[Opening Records supplied section]

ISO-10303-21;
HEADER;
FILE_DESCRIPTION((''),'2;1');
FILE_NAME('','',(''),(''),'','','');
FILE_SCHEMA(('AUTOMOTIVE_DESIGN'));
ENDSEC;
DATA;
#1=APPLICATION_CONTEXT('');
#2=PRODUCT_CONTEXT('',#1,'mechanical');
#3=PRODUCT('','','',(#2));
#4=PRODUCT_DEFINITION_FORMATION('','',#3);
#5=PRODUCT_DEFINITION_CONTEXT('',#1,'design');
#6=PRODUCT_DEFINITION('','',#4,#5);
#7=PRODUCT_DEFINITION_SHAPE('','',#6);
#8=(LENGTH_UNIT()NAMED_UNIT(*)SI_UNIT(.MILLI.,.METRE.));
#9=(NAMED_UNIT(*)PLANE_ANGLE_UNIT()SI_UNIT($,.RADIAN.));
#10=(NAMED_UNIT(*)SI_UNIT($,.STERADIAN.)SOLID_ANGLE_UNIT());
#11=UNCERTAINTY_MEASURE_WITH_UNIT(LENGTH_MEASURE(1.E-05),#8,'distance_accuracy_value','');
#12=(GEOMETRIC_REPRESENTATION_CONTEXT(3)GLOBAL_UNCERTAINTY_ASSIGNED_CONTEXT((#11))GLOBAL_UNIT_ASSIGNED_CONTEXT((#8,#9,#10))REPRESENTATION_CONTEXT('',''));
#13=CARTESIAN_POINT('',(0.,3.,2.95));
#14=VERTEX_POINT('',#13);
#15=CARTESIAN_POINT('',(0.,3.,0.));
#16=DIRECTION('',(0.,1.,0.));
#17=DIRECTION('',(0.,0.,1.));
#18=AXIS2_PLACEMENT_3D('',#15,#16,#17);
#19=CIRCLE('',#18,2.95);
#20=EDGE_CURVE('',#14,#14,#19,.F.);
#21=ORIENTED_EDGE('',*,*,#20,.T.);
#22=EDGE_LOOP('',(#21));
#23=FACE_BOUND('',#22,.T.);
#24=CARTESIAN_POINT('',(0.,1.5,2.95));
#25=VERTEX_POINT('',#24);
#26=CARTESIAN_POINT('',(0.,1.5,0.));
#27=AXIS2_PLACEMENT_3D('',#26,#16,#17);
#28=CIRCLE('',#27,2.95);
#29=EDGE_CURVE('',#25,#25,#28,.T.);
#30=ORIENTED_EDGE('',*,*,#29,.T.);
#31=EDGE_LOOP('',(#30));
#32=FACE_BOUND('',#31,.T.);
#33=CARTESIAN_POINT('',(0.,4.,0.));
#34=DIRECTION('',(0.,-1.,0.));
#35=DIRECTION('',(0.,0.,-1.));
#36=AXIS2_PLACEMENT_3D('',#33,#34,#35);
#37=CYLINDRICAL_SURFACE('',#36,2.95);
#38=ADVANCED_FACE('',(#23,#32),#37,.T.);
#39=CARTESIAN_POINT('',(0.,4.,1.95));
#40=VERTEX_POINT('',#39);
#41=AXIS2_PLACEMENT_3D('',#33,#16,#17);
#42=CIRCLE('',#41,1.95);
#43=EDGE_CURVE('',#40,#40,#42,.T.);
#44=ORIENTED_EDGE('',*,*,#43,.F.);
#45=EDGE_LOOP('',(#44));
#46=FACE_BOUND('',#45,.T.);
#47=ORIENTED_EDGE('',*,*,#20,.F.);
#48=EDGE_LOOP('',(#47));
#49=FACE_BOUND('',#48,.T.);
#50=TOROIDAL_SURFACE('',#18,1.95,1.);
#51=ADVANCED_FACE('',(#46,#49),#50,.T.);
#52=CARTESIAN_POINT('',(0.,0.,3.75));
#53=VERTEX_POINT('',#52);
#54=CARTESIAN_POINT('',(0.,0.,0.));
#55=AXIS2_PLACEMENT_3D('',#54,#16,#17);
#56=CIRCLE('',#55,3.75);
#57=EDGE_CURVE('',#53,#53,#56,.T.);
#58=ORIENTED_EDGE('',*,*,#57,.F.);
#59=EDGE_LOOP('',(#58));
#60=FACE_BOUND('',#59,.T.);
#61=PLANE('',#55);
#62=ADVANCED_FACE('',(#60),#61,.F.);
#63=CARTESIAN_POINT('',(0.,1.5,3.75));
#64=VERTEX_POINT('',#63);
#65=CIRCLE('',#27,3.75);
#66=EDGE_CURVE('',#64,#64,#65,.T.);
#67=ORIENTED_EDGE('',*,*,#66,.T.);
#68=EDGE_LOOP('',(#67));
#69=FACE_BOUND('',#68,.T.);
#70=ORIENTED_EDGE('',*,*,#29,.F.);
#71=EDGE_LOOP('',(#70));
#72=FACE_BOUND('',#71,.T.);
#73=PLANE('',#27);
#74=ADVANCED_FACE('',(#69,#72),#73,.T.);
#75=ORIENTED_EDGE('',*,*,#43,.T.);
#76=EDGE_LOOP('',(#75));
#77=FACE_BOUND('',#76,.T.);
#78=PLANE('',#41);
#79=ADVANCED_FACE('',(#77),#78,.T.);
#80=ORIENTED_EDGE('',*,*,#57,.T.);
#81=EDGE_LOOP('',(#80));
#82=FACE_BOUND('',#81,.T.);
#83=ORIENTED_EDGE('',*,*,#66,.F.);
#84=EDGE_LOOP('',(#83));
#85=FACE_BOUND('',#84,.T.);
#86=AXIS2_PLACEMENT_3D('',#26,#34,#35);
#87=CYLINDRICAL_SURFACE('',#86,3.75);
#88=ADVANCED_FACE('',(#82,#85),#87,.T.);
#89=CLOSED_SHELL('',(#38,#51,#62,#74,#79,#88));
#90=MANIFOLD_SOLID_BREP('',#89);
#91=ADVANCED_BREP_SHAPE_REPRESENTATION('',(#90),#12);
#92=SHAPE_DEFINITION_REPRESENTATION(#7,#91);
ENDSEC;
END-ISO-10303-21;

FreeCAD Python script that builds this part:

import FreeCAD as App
import Part
import Sketcher

V = App.Vector
Q = App.Units.Quantity


def edges_at(feature, points):
    """Names of the edges that pass closest to the given points."""
    edges = feature.Shape.Edges
    near = lambda p: min(range(len(edges)), key=lambda i: edges[i].distToShape(Part.Vertex(*p))[0])
    return sorted({f"Edge{near(p) + 1}" for p in points})

doc = App.newDocument("Part")
body = doc.addObject("PartDesign::Body", "Body")

# Sketch on XZ plane
sketch1 = doc.addObject("Sketcher::SketchObject", "Sketch")
body.addObject(sketch1)
sketch1.AttachmentSupport = (doc.XZ_Plane, [""])
sketch1.MapMode = "FlatFace"
sketch1.addGeometry(Part.Circle(V(0, 0, 0), V(0, 0, 1), 3.8), False)
sketch1.addConstraint([
    Sketcher.Constraint("Coincident", 0, 3, -1, 1),
    Sketcher.Constraint("Diameter", 0, Q("7.5 mm")),
])
pad1 = doc.addObject("PartDesign::Pad", "Pad")
body.addObject(pad1)
pad1.Profile = sketch1
pad1.Length = 1.5
pad1.Reversed = True

# Sketch on XZ plane
sketch2 = doc.addObject("Sketcher::SketchObject", "Sketch001")
body.addObject(sketch2)
sketch2.AttachmentSupport = (doc.XZ_Plane, [""])
sketch2.MapMode = "FlatFace"
sketch2.AttachmentOffset = App.Placement(V(0, 0, -1.5), App.Rotation())
sketch2.addGeometry(Part.Circle(V(0, 0, 0), V(0, 0, 1), 3), False)
sketch2.addConstraint([
    Sketcher.Constraint("Coincident", 0, 3, -1, 1),
    Sketcher.Constraint("Diameter", 0, Q("5.9 mm")),
])
pad2 = doc.addObject("PartDesign::Pad", "Pad001")
body.addObject(pad2)
pad2.Profile = sketch2
pad2.Length = 2.5
pad2.Reversed = True
doc.recompute()

fillet = doc.addObject("PartDesign::Fillet", "Fillet")
body.addObject(fillet)
fillet.Base = (pad2, edges_at(pad2, [(0, 4, -2.95)]))
fillet.Radius = 1

doc.recompute()
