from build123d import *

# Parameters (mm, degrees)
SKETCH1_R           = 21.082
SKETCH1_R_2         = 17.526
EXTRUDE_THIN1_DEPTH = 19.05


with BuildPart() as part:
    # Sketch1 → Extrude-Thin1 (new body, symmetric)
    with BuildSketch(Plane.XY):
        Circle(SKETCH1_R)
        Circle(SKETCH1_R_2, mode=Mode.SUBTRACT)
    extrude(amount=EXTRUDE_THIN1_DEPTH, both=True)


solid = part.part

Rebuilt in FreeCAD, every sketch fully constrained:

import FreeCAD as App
import Part
import Sketcher
Q = App.Units.Quantity

doc = App.newDocument("Part")
body = doc.addObject("PartDesign::Body", "Body")

# Sketch on XY plane
sketch1 = body.newObject("Sketcher::SketchObject", "Sketch")
sketch1.AttachmentSupport = (doc.getObject("XY_Plane"), [""])
sketch1.MapMode = "FlatFace"
sketch1.addGeometry([
    Part.Circle(App.Vector(0, 0, 0), App.Vector(0, 0, 1), 21),
    Part.Circle(App.Vector(0, 0, 0), App.Vector(0, 0, 1), 18),
], False)
sketch1.addConstraint([
    Sketcher.Constraint("Coincident", 0, 3, -1, 1),
    Sketcher.Constraint("Coincident", 1, 3, -1, 1),
    Sketcher.Constraint("Diameter", 0, Q("1.66 in")),
    Sketcher.Constraint("Diameter", 1, Q("1.38 in")),
])
pad1 = body.newObject("PartDesign::Pad", "Pad")
pad1.Profile = sketch1
pad1.Length = Q("1.5 in")
pad1.Midplane = True

doc.recompute()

[Closing Records supplied section]

Go through the records above and, whenever a line includes the word "DIRECTION", copy it.

#16=DIRECTION('',(0.,1.,0.));
#17=DIRECTION('',(0.,0.,1.));
#34=DIRECTION('',(0.,-1.,0.));
#35=DIRECTION('',(0.,0.,-1.));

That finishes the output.